An important implication of the principles of the key function and of differentiation is that of transitivity in the relation among functional units. Relations with environment are necessarily transitive for some units. By the same token, relations among many units are transitive. The advance of specialization increases transitive relations more than proportionally and lengthens the transitive sequences. Thus, it is possible for functional units widely removed from one another so far as direct encounters are concerned to be inextricably linked through their respective linkages with one or more units performing intervening functions. All functions, regardless of kind, are subject to the environmental nexus. They differ only in the immediacy with which influences reach them. Those which operate at or near the ends of chains of relationships may appear to have large degrees of independence of environment. The appearance is illusory, however. It is due, rather, to the time required for effects to reach them and, in complex systems, to their having positions in two or more relational sequences which expose them to countervailing influences.

Principle of dominance

Given the principles stated above, it is a simple inferential step to a principle of dominance. According to this principle, functional units having direct relations with environment, and thus performing the key function, determine or regulate the conditions essential to the functions of units having indirect relations with environment. Dominance, in other words, is an attribute of function.

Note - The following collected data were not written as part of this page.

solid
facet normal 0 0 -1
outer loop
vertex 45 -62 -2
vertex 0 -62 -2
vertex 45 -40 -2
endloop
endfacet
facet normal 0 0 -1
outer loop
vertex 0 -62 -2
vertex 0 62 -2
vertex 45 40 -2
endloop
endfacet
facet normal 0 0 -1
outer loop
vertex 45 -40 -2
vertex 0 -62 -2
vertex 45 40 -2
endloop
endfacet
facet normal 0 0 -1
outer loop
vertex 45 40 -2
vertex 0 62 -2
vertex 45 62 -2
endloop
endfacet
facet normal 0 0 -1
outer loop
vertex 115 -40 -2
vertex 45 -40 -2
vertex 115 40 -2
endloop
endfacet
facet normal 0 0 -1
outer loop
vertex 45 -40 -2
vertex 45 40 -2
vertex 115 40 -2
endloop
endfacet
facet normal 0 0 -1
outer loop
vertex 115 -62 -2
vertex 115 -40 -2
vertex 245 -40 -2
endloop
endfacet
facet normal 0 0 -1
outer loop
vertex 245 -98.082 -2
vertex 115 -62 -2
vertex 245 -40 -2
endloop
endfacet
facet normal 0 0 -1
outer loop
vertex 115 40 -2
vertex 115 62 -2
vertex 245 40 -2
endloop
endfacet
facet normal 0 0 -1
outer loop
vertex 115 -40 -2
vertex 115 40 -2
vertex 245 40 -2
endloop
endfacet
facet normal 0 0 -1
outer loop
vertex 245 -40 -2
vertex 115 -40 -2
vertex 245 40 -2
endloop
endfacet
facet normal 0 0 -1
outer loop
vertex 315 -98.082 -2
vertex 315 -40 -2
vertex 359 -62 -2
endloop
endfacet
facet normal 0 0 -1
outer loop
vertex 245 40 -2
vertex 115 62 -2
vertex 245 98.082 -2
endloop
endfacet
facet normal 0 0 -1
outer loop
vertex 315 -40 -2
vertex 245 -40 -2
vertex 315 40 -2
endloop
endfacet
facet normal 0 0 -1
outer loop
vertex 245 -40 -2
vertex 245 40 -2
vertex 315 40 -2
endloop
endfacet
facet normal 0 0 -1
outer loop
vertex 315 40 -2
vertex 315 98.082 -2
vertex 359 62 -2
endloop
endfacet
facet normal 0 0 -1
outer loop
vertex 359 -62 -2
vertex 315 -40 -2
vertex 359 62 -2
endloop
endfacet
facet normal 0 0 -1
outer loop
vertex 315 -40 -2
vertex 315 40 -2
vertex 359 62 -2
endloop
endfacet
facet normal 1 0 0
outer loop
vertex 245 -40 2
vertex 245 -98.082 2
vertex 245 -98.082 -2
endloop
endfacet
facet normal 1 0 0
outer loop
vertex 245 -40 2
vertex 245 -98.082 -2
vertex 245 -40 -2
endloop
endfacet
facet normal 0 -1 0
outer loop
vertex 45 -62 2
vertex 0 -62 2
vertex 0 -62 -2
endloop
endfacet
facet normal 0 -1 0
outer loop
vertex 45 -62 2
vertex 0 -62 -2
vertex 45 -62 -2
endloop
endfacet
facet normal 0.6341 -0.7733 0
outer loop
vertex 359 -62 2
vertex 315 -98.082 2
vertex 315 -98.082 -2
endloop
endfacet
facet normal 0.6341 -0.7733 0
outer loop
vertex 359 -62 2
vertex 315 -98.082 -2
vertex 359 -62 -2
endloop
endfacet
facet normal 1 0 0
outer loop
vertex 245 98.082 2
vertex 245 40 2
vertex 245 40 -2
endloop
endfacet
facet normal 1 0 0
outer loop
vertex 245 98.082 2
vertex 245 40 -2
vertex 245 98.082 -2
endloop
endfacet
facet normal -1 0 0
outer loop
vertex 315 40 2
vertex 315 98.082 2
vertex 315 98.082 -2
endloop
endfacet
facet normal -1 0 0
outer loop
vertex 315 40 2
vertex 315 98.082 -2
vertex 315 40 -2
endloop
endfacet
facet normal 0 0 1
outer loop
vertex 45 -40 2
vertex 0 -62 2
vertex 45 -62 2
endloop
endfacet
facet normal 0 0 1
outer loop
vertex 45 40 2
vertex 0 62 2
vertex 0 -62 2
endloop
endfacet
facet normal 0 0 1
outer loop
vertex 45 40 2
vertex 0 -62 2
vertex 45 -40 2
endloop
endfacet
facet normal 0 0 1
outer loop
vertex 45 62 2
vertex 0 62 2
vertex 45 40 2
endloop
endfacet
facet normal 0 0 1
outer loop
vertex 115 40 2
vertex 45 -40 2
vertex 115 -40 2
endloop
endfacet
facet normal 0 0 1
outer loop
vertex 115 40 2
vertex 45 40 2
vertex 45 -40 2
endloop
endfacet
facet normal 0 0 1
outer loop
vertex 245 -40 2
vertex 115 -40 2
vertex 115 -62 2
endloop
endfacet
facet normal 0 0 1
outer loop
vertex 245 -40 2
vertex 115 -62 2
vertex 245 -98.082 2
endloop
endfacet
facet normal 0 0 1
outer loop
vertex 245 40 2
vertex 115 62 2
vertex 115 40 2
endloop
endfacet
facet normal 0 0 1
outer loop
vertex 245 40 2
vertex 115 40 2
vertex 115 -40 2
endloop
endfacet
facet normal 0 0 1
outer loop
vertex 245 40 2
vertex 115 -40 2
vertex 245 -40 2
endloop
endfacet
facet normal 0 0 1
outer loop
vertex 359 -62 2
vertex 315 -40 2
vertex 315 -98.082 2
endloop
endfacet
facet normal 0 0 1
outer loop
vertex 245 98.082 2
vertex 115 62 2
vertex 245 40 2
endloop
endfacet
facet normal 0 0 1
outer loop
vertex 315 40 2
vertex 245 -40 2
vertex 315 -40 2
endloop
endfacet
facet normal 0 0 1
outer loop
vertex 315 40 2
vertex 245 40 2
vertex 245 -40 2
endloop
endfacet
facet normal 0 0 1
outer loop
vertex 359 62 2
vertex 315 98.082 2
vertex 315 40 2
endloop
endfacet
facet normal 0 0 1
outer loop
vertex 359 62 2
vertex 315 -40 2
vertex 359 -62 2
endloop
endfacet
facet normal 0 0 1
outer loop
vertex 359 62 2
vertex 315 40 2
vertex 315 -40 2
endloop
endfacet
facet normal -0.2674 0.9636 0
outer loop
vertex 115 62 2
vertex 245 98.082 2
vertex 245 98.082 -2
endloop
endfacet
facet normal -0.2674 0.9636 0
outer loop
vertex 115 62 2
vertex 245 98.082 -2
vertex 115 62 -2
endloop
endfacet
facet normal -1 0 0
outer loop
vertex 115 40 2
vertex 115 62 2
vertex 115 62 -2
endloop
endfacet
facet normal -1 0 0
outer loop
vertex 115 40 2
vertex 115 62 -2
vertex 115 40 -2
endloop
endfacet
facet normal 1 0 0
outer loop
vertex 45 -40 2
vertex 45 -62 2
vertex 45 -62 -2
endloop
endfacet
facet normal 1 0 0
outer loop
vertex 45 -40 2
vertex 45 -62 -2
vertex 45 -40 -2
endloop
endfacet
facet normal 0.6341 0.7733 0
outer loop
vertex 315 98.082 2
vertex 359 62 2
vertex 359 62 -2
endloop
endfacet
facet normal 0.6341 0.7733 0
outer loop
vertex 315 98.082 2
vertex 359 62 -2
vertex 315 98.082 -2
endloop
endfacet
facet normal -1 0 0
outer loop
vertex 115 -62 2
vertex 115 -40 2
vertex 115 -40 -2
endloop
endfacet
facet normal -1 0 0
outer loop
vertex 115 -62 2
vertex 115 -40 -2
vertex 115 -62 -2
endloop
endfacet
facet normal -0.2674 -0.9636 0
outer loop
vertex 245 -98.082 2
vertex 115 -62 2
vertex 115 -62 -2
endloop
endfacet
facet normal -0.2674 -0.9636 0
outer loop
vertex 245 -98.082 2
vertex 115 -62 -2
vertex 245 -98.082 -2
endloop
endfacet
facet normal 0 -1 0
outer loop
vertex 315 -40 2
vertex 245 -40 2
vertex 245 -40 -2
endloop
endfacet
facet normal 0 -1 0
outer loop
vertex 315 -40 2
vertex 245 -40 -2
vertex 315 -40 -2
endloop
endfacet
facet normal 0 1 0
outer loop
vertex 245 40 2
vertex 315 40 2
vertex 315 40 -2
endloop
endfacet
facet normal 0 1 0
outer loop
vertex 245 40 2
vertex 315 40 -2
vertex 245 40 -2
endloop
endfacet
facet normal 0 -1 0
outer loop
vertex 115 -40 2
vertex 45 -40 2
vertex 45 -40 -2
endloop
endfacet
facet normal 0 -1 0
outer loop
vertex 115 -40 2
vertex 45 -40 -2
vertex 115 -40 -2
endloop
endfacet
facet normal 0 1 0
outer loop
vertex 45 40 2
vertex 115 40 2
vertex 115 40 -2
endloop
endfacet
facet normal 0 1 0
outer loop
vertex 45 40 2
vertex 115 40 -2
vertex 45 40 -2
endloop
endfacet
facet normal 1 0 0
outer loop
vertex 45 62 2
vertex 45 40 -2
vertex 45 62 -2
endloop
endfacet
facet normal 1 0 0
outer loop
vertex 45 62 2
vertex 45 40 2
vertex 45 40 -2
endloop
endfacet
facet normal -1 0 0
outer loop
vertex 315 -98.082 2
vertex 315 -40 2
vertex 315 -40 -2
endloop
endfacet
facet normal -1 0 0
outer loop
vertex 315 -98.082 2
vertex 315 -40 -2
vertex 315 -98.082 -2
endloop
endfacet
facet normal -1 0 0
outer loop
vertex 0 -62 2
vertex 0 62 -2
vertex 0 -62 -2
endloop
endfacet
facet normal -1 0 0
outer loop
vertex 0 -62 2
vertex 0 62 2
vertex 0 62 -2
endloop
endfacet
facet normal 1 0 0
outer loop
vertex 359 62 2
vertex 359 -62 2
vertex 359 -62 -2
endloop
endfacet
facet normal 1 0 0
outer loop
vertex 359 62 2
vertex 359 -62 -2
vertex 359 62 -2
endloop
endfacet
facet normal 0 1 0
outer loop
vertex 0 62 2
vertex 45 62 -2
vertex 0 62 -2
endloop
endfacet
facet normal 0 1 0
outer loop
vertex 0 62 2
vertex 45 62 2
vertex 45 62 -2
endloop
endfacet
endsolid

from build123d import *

# Parameters (mm, degrees)
F1_DEPTH = 2


with BuildPart() as f1:
    # F0 (on Top) → F1 (new body, symmetric)
    with BuildSketch(Plane.XY):
        Polygon((0, 62), (0, 0), (0, -62), (45, -62), (45, -40), (115, -40), (115, -62), (245, -98.081973), (245, -40), (315, -40), (315, -98.081973), (359, -62), (359, 0), (359, 62), (315, 98.081973), (315, 40), (245, 40), (245, 98.081973), (115, 62), (115, 40), (45, 40), (45, 62), align=None)
    extrude(amount=F1_DEPTH, both=True)


solid = f1.part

But while the power inherent in a system is unevenly distributed, it is not confined to the key function unit. Power is held in varying degrees by all other units, in measures that vary inversely with the number of steps of removal from direct relation with the unit performing the key function. A single power gradient running through all the units involved in a system assumes a very simple situation, of course, one in which a single unit occupies a key function position. Before introducing complications into this overly simplified conception, it is opportune to note some further implications of the dominance principle.

Where the progress of differentiation has distinguished a relatively large number of units, they tend to form clusters or complex units. A corollary to the dominance principle sheds light on how that comes about: the greater the extent to which variously specialized units are subject to the environmental conditions mediated by some one unit, the greater their tendency to coalesce in a corporate body. The interdependence among such units is manifestly close, and their requirements for mutual accessibility are correspondingly acute. A hierarchic pattern emerges in which the number of strata corresponds to the number of degrees that the parts are removed from direct relations with the key function; thus, symbiotic subsystems appear as components of a parent system. The nuclear family, although its origins are obscure, fits this principle. But instances with more proximate origins are found in the combinations of specialists to form producing enterprises, welfare agencies, governing bodies, etc., and again in the combinations of producing enterprises, retail establishments, or governments to constitute larger, more complex units. There is no restriction of scale or complexity in the formation of symbiotic or corporate units.